→ **TASK DESCRIPTION**: Start at the line below containing "f 148 151 152" and stop at the line containing "f 161 3 135". Repeat every line of that stretch exactly, and nothing outside it.

→ **TASK INPUT**:
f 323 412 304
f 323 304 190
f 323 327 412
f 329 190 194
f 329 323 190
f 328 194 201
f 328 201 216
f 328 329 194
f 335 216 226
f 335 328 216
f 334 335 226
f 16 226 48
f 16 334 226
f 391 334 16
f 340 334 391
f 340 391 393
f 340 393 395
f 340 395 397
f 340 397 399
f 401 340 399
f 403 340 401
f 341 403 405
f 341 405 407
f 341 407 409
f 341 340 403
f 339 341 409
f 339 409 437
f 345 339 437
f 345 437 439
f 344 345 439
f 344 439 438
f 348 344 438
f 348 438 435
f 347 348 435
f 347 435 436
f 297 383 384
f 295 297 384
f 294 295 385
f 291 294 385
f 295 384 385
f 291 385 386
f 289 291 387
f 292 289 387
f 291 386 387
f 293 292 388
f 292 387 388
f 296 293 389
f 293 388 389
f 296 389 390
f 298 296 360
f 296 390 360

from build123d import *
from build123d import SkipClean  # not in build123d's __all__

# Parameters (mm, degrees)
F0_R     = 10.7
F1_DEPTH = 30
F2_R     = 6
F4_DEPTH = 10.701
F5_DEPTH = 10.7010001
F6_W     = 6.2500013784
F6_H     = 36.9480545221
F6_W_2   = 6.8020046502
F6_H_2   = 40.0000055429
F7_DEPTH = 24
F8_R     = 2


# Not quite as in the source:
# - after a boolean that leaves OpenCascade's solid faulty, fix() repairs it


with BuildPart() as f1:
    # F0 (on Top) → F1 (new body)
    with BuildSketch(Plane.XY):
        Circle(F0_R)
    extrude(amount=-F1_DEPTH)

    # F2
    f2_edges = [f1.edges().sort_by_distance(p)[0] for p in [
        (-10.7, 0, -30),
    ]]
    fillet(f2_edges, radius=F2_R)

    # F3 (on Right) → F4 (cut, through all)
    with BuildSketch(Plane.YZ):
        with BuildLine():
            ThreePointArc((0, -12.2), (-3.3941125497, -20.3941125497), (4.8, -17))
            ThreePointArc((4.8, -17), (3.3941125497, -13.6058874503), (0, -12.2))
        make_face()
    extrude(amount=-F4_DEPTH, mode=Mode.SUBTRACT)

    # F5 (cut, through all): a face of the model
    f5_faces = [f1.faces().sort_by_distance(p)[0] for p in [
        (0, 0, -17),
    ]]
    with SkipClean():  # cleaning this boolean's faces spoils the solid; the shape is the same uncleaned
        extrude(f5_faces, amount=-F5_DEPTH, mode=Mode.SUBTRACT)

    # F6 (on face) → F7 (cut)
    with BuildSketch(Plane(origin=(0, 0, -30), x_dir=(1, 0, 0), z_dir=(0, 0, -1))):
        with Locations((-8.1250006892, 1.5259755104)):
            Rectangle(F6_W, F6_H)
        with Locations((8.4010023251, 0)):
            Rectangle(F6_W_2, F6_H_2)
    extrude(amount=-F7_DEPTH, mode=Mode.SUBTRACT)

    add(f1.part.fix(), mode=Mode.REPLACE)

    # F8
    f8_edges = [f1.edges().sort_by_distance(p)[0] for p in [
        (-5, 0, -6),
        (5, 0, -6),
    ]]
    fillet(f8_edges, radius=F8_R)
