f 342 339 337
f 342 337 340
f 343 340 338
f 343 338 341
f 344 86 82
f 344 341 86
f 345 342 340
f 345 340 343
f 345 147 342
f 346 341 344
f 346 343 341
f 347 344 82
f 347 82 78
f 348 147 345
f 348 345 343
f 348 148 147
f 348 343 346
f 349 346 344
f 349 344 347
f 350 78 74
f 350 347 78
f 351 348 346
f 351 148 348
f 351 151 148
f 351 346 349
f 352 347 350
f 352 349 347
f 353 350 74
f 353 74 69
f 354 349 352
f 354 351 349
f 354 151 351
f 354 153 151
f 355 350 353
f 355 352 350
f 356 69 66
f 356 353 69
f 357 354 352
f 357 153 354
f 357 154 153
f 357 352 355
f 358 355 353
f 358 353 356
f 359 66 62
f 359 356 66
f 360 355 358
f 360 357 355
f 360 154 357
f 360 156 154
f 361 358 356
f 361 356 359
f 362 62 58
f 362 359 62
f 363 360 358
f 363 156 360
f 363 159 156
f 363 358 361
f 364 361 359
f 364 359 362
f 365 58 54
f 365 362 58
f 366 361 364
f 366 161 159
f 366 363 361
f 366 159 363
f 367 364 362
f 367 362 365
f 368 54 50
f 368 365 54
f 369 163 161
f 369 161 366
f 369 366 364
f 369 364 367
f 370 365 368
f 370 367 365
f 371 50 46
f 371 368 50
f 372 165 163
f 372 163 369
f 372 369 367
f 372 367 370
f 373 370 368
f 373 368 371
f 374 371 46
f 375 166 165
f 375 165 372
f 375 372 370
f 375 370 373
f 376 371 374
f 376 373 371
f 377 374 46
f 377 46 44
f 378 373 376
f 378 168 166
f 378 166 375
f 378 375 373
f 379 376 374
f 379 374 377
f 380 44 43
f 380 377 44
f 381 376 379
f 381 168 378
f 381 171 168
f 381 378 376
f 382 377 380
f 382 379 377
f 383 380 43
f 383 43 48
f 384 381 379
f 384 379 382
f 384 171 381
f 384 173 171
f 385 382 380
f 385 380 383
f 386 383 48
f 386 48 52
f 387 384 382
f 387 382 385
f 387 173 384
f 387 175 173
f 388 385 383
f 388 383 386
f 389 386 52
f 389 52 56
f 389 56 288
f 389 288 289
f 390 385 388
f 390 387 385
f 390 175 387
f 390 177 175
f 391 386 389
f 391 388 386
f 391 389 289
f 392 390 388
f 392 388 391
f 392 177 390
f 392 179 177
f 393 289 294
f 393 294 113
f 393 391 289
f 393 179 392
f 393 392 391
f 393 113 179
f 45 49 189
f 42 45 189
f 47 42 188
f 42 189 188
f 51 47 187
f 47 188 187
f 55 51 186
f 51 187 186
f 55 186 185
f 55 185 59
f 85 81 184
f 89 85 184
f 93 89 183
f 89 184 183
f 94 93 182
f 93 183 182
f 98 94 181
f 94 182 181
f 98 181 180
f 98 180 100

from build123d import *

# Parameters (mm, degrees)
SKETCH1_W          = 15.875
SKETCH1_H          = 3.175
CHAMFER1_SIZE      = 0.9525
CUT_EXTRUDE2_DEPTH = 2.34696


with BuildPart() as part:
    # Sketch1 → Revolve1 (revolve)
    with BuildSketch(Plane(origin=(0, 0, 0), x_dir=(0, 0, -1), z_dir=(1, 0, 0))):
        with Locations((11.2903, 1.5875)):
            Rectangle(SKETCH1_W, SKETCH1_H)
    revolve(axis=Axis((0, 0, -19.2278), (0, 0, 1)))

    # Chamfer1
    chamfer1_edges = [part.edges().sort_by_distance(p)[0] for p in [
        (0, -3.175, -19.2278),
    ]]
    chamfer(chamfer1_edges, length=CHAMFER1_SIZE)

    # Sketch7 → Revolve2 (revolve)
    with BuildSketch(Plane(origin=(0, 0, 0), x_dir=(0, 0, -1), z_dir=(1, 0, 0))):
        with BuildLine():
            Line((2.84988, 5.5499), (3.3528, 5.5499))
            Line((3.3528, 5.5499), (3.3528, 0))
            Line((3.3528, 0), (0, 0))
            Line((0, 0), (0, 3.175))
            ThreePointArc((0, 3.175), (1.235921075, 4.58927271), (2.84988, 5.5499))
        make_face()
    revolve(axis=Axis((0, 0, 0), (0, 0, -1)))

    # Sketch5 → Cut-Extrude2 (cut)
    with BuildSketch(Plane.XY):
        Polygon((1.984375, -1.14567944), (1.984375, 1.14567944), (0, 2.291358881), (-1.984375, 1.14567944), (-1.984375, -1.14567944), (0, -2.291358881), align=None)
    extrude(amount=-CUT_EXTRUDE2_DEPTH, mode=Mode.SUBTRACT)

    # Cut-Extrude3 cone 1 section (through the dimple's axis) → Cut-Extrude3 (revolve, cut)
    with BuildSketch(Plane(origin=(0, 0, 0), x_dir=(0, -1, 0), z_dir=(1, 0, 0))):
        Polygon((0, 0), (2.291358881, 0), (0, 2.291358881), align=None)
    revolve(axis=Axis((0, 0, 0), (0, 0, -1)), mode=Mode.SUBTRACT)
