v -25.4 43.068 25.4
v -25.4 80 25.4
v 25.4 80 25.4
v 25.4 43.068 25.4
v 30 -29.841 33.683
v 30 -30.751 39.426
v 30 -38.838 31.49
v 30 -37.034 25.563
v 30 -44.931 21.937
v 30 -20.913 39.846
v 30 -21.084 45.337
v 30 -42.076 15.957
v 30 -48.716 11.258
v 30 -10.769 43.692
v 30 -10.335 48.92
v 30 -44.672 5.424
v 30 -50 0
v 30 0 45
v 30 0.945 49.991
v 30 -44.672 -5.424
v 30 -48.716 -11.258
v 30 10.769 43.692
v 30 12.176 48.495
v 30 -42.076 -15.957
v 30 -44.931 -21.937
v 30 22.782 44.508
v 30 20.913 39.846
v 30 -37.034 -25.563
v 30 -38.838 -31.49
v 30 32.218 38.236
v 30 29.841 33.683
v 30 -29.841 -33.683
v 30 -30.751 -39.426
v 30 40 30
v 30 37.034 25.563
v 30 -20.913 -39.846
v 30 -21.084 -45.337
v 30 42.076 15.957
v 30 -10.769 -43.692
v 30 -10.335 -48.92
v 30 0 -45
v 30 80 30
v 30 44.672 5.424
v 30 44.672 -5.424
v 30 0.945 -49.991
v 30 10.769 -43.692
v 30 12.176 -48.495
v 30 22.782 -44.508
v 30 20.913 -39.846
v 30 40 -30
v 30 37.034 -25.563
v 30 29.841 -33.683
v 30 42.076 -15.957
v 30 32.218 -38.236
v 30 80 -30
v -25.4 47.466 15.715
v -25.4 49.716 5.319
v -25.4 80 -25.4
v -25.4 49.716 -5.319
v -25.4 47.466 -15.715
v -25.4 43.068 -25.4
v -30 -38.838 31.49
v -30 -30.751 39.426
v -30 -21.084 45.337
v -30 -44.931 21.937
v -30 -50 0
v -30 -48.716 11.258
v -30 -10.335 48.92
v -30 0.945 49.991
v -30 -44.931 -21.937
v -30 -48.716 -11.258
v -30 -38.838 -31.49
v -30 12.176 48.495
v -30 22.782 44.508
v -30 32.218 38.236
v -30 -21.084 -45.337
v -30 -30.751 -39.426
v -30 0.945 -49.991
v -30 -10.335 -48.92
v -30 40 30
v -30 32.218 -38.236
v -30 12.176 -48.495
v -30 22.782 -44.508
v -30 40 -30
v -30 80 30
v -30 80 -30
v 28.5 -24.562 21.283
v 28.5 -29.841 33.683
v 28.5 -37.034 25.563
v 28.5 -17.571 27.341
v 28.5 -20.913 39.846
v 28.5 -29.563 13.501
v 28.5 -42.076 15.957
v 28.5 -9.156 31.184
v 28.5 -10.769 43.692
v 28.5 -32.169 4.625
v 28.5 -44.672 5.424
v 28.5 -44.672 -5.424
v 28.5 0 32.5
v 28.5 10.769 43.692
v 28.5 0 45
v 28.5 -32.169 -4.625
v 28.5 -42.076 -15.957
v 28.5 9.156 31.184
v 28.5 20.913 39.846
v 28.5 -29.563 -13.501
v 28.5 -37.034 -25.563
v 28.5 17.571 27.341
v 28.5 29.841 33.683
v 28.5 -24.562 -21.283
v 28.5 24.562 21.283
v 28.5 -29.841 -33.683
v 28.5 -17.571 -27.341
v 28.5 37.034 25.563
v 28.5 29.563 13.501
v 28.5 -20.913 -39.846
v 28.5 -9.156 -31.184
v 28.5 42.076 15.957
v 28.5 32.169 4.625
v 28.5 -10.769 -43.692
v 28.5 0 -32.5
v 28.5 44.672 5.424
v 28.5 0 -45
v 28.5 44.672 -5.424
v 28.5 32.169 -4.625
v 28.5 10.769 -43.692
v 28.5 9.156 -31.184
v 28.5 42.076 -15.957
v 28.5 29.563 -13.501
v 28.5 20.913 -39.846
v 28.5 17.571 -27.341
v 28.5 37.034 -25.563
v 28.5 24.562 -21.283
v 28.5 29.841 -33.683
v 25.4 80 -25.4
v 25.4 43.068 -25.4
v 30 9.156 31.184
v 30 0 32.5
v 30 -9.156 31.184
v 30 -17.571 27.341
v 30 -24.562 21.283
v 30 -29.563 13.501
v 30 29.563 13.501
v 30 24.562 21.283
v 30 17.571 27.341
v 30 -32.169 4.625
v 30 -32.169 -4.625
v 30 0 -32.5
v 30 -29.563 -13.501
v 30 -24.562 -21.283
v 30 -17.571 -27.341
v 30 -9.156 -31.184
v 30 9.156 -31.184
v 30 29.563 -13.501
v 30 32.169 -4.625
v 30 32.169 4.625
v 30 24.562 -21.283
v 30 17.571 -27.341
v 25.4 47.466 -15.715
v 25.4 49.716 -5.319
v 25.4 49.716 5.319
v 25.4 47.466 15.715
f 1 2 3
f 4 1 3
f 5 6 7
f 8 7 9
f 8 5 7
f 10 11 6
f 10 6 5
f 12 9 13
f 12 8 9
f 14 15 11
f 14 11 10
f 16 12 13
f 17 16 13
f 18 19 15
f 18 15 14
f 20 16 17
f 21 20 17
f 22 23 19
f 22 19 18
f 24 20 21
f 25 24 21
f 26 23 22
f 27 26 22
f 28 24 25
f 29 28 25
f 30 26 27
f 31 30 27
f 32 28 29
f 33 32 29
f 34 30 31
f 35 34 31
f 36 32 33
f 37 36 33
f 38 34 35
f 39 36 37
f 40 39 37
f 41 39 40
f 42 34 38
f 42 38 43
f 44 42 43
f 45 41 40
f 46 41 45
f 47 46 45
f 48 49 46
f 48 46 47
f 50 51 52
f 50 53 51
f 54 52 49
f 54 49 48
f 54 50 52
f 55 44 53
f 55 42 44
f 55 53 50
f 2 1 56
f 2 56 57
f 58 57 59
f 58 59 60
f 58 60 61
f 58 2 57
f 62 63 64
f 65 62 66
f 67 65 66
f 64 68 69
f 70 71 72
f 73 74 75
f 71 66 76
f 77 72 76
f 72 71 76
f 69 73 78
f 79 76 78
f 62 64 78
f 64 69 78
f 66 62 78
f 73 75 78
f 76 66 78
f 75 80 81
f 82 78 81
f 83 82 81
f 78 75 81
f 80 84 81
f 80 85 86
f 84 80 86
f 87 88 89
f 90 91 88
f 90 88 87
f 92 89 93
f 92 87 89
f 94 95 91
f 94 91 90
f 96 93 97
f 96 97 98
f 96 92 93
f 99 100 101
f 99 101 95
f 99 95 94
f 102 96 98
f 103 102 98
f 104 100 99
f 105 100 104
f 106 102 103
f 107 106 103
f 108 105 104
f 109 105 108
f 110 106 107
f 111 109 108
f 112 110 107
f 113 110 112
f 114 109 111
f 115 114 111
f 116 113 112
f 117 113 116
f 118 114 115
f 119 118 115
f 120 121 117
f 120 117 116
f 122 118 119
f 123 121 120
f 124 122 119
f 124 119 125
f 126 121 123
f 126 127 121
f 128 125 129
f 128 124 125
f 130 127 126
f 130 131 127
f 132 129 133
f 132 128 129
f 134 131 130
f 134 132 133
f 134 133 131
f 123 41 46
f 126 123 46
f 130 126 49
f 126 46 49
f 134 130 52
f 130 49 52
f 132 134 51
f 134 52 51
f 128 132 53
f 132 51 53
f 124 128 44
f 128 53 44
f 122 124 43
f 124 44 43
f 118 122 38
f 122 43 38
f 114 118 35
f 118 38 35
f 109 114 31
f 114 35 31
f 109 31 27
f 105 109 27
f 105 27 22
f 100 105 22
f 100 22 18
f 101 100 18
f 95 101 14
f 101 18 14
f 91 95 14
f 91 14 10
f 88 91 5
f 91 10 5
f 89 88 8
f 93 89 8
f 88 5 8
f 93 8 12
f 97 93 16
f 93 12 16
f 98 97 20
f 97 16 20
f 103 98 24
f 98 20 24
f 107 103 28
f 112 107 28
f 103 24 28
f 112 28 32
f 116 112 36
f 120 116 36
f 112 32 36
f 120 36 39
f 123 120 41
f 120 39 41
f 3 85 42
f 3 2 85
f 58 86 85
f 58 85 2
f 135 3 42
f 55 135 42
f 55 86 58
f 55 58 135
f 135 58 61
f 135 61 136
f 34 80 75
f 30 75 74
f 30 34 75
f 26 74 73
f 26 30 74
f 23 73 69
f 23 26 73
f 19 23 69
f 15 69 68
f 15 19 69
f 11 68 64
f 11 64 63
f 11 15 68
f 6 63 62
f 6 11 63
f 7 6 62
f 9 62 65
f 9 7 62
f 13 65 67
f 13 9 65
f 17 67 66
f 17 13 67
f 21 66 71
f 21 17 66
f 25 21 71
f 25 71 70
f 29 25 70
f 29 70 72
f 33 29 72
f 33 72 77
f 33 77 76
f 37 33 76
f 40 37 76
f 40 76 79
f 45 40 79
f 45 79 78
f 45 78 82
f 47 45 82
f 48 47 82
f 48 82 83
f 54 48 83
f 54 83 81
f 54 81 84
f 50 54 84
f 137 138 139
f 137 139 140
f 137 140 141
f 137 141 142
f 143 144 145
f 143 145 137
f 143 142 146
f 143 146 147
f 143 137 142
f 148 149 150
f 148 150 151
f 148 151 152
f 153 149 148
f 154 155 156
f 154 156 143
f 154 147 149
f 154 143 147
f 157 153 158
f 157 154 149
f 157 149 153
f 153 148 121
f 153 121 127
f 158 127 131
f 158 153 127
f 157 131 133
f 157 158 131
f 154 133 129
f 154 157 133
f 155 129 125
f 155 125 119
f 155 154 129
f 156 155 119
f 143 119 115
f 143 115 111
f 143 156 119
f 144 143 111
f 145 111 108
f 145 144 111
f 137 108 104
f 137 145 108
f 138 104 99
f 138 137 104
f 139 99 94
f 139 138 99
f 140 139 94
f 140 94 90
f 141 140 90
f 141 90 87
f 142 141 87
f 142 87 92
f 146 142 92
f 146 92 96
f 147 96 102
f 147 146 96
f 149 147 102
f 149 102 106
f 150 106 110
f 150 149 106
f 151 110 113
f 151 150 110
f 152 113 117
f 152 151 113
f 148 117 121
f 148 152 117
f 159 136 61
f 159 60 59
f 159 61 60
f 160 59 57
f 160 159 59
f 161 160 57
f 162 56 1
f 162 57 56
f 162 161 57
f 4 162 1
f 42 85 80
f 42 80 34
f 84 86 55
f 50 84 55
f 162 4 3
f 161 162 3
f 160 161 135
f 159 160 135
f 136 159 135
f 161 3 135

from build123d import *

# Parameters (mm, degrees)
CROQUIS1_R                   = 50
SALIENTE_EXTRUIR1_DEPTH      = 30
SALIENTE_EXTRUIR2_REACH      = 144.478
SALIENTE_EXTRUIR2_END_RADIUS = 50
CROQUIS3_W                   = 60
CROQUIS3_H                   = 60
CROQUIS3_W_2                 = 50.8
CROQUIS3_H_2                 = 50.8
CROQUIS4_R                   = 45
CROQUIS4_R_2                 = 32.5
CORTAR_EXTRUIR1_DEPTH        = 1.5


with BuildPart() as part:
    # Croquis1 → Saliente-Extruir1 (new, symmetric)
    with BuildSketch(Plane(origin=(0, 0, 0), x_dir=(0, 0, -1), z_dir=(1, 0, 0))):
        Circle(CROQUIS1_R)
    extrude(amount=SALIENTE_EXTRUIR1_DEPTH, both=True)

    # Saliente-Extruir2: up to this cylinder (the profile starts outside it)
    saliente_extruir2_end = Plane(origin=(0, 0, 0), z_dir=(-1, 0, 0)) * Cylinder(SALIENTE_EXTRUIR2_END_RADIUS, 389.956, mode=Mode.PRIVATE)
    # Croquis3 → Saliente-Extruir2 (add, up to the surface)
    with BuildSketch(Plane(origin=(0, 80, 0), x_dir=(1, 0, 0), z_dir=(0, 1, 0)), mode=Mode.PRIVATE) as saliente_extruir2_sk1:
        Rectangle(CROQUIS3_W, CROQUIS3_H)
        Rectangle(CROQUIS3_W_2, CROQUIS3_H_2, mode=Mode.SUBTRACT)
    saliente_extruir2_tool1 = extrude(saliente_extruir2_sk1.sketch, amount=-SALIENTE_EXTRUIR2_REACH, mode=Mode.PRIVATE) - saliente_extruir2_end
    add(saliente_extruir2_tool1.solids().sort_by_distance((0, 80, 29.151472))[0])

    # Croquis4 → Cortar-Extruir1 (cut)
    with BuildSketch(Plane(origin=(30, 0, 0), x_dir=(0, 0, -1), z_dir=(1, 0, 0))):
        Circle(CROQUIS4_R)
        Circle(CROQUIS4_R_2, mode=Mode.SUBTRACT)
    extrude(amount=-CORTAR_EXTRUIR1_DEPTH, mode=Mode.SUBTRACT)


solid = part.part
---
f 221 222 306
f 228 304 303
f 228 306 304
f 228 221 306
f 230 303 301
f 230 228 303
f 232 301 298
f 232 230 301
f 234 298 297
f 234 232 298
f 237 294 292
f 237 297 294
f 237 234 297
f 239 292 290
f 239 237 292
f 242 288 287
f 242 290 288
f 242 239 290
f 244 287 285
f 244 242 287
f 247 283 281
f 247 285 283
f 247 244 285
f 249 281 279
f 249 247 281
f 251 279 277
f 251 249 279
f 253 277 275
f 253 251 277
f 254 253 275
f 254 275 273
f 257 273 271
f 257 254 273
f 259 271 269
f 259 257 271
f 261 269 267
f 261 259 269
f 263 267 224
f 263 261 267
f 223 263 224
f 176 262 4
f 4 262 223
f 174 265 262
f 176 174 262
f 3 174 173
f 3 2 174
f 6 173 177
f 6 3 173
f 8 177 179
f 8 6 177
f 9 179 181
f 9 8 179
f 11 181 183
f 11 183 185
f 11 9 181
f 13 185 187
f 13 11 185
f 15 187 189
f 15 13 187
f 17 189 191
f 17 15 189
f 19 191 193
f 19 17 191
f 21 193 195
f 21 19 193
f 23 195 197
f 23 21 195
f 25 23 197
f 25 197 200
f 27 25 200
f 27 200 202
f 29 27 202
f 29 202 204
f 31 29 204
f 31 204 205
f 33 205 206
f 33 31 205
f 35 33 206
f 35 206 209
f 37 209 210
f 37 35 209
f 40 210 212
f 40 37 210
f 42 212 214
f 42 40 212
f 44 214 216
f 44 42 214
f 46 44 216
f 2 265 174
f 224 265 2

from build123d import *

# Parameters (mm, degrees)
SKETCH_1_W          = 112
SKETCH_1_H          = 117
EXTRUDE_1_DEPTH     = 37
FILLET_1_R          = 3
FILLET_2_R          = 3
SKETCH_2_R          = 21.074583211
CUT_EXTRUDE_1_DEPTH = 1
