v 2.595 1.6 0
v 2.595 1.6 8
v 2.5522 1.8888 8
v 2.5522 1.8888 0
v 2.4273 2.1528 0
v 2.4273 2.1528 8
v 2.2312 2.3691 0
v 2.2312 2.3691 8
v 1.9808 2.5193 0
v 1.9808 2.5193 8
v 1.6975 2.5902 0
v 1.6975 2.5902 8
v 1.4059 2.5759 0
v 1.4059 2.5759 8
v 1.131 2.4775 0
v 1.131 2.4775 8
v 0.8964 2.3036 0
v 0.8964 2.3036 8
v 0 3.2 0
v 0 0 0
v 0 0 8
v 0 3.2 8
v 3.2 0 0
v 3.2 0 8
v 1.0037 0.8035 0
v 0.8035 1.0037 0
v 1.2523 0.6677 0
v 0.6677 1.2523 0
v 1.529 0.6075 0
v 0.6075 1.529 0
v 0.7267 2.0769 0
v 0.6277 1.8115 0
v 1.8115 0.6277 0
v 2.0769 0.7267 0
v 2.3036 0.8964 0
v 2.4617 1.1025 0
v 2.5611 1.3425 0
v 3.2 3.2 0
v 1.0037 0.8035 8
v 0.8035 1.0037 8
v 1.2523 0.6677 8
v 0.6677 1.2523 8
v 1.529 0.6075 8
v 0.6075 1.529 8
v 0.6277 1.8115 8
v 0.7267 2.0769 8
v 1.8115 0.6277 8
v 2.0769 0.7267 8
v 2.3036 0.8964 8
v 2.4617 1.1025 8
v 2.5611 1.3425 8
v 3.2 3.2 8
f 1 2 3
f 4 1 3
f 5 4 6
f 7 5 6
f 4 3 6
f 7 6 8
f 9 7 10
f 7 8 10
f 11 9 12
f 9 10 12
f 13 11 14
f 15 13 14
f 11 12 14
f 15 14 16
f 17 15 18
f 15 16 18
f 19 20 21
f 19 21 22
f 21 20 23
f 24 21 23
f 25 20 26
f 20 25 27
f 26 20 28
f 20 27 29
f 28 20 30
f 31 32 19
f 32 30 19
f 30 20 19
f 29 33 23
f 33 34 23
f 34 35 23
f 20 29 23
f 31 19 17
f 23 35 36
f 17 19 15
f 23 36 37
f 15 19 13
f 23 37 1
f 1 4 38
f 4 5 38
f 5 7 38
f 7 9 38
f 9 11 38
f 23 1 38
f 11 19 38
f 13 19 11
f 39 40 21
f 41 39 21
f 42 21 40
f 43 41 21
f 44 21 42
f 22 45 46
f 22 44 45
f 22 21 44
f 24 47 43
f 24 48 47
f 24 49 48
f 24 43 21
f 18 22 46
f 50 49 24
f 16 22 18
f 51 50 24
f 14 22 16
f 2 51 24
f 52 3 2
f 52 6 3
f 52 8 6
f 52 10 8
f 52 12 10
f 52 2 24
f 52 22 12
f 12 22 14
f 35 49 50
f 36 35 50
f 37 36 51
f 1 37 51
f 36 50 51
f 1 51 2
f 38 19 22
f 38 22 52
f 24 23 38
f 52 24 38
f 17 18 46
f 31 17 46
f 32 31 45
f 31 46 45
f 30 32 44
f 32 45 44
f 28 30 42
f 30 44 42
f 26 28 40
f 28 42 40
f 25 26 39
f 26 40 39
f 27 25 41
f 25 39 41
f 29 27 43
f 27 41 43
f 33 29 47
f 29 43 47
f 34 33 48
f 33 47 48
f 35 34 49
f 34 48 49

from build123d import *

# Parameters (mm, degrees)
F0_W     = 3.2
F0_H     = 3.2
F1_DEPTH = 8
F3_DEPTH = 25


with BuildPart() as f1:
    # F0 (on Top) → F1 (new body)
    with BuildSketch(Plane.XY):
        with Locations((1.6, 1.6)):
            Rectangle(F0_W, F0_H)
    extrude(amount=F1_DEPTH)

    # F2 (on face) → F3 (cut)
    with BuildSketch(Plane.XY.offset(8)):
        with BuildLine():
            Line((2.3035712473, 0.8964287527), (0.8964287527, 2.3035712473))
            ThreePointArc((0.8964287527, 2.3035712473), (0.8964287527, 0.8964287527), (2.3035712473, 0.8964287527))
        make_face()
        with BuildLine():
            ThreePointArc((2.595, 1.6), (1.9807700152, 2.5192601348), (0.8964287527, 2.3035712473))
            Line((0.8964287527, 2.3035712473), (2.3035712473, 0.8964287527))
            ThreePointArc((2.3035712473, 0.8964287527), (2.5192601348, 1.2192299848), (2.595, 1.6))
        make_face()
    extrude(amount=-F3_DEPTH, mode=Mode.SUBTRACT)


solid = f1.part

→ **RESULT**:
f 148 151 152
f 153 149 148
f 154 155 156
f 154 156 143
f 154 147 149
f 154 143 147
f 157 153 158
f 157 154 149
f 157 149 153
f 153 148 121
f 153 121 127
f 158 127 131
f 158 153 127
f 157 131 133
f 157 158 131
f 154 133 129
f 154 157 133
f 155 129 125
f 155 125 119
f 155 154 129
f 156 155 119
f 143 119 115
f 143 115 111
f 143 156 119
f 144 143 111
f 145 111 108
f 145 144 111
f 137 108 104
f 137 145 108
f 138 104 99
f 138 137 104
f 139 99 94
f 139 138 99
f 140 139 94
f 140 94 90
f 141 140 90
f 141 90 87
f 142 141 87
f 142 87 92
f 146 142 92
f 146 92 96
f 147 96 102
f 147 146 96
f 149 147 102
f 149 102 106
f 150 106 110
f 150 149 106
f 151 110 113
f 151 150 110
f 152 113 117
f 152 151 113
f 148 117 121
f 148 152 117
f 159 136 61
f 159 60 59
f 159 61 60
f 160 59 57
f 160 159 59
f 161 160 57
f 162 56 1
f 162 57 56
f 162 161 57
f 4 162 1
f 42 85 80
f 42 80 34
f 84 86 55
f 50 84 55
f 162 4 3
f 161 162 3
f 160 161 135
f 159 160 135
f 136 159 135
f 161 3 135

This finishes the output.